Well many people known me as the monster fish guy here and many other forums. I actually been keeping labeoninaes since high school before I got no job yet. Many people actually don't set up this type of community as not really a popular setup but many of these fish are actually being mix with other fish in a community tank.

So here is a video of my expermental 39g planted tank with some labeoniaes in it. I'm still new to plants so my aquascaping skills is not yet the best. Still learning and still need some tips and advises. If this expermental 39g planted becomes a success. I'm turning my 180g and 120g with heavily plants setup.
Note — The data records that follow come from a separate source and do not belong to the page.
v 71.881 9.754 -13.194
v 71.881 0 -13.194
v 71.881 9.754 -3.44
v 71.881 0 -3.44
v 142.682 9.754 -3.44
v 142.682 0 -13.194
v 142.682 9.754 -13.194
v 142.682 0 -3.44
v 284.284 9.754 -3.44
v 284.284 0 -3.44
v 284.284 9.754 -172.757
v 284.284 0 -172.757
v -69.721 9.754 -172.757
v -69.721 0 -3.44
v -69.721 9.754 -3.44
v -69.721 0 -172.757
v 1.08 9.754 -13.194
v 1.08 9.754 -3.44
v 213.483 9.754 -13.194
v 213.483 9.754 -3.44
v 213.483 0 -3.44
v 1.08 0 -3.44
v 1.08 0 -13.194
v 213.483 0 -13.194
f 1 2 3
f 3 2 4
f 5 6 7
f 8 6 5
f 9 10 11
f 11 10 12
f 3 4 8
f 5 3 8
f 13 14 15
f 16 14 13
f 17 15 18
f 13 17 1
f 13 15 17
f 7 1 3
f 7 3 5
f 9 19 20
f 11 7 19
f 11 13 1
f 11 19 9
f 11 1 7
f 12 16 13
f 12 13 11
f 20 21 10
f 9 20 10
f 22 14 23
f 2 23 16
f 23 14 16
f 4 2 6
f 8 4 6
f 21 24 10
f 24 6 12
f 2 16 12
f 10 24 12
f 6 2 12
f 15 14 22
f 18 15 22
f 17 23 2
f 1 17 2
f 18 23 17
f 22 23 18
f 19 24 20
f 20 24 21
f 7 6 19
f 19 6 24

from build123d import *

# Parameters (mm, degrees)
SKETCH1_W           = 354.00488
SKETCH1_H           = 169.3164
BOSS_EXTRUDE1_DEPTH = 9.7536
SKETCH2_W           = 70.800976
SKETCH2_H           = 9.7536
CUT_EXTRUDE1_DEPTH  = 333.802189186


with BuildPart() as part:
    # Sketch1 → Boss-Extrude1 (new body)
    with BuildSketch(Plane(origin=(0, 0, 0), x_dir=(1, 0, 0), z_dir=(0, 1, 0))):
        with Locations((107.281446772, 88.098380587)):
            Rectangle(SKETCH1_W, SKETCH1_H)
    extrude(amount=BOSS_EXTRUDE1_DEPTH)

    # Sketch2 → Cut-Extrude1 (cut, through all)
    with BuildSketch(Plane.XZ):
        with Locations((178.082422772, -8.316980587)):
            Rectangle(SKETCH2_W, SKETCH2_H)
        with Locations((36.480470772, -8.316980587)):
            Rectangle(SKETCH2_W, SKETCH2_H)
    extrude(amount=-CUT_EXTRUDE1_DEPTH, mode=Mode.SUBTRACT)


solid = part.part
Labeoninae Tribe (Shark Cyprinids) - YouTube





Fish in the video
1-Black shark (labeo chrysophekadion)
3-Purple shark (labeo boga)
1-Signal barb (labiobarbus festivus)
3-Redtail black shark (epalzeorhynchos bicolor)
3-Redtail black shark (epalzeorhynchos cf. bicolor)
2-Redfinned shark (epalzeorhynchos frenatum)
3-Redfinned shark (epalzeorhynchos frenatum "albino")
1-Rainbow shark (epalzeorhynchos munense)
1-Flying fox (epalzeorhynchos kalopterus)
2-Silver flying fox (crossocheilus reticulatus)
6-Siamese algae eater (crossocheilus langei)
3-Siamese algae eater (crossocheilus atrilimes)
3-False flying fox (garra cambodgiensis)
3-Stone roller (garra annandalei)
2-Panda garra (garra flavatra)
1-Chinese algae eater (gyrinocheilos aymonieri)
3-Chinese algae eater (gyrinocheilos aymonieri "xanthic")


----------



## pandamom (Jul 16, 2013)

Looks really cool. Good job!!


----------



## Reckon (Jul 25, 2012)

The fish really seem to like the plants


----------



## King-eL (Apr 21, 2010)

Reckon said:


> The fish really seem to like the plants


They do love plants and some they love it so much that they will eat the softer leaves if no BBA algae around.


----------



## King-eL (Apr 21, 2010)

I'm actually still looking for more especially other species from labeoninae tribe. I used to have genus bangana but they all jump out. Also I'm looking for other Siamese algae eater such as crossocheilus oblongus (the true siamese algae eater), crossocheilus sp. "citripinnis" (bluntnose siamese algae eater), crossocheilus sp. "obscurus" and crossocheilus nigriloba. All these fish have trade name under siamese algae eater but the scientific name crossocheilus siamensis actually no longer exist and it just a synonym to crossocheilus oblongus which I'm having a hard time looking around petstore and online shops.

I keep seeing crossocheilus atrilimes and crossocheilus langei labeled as crossocheilus siamensis of all the stores in BC and around the world that sells the trade name siamese algae eater.


----------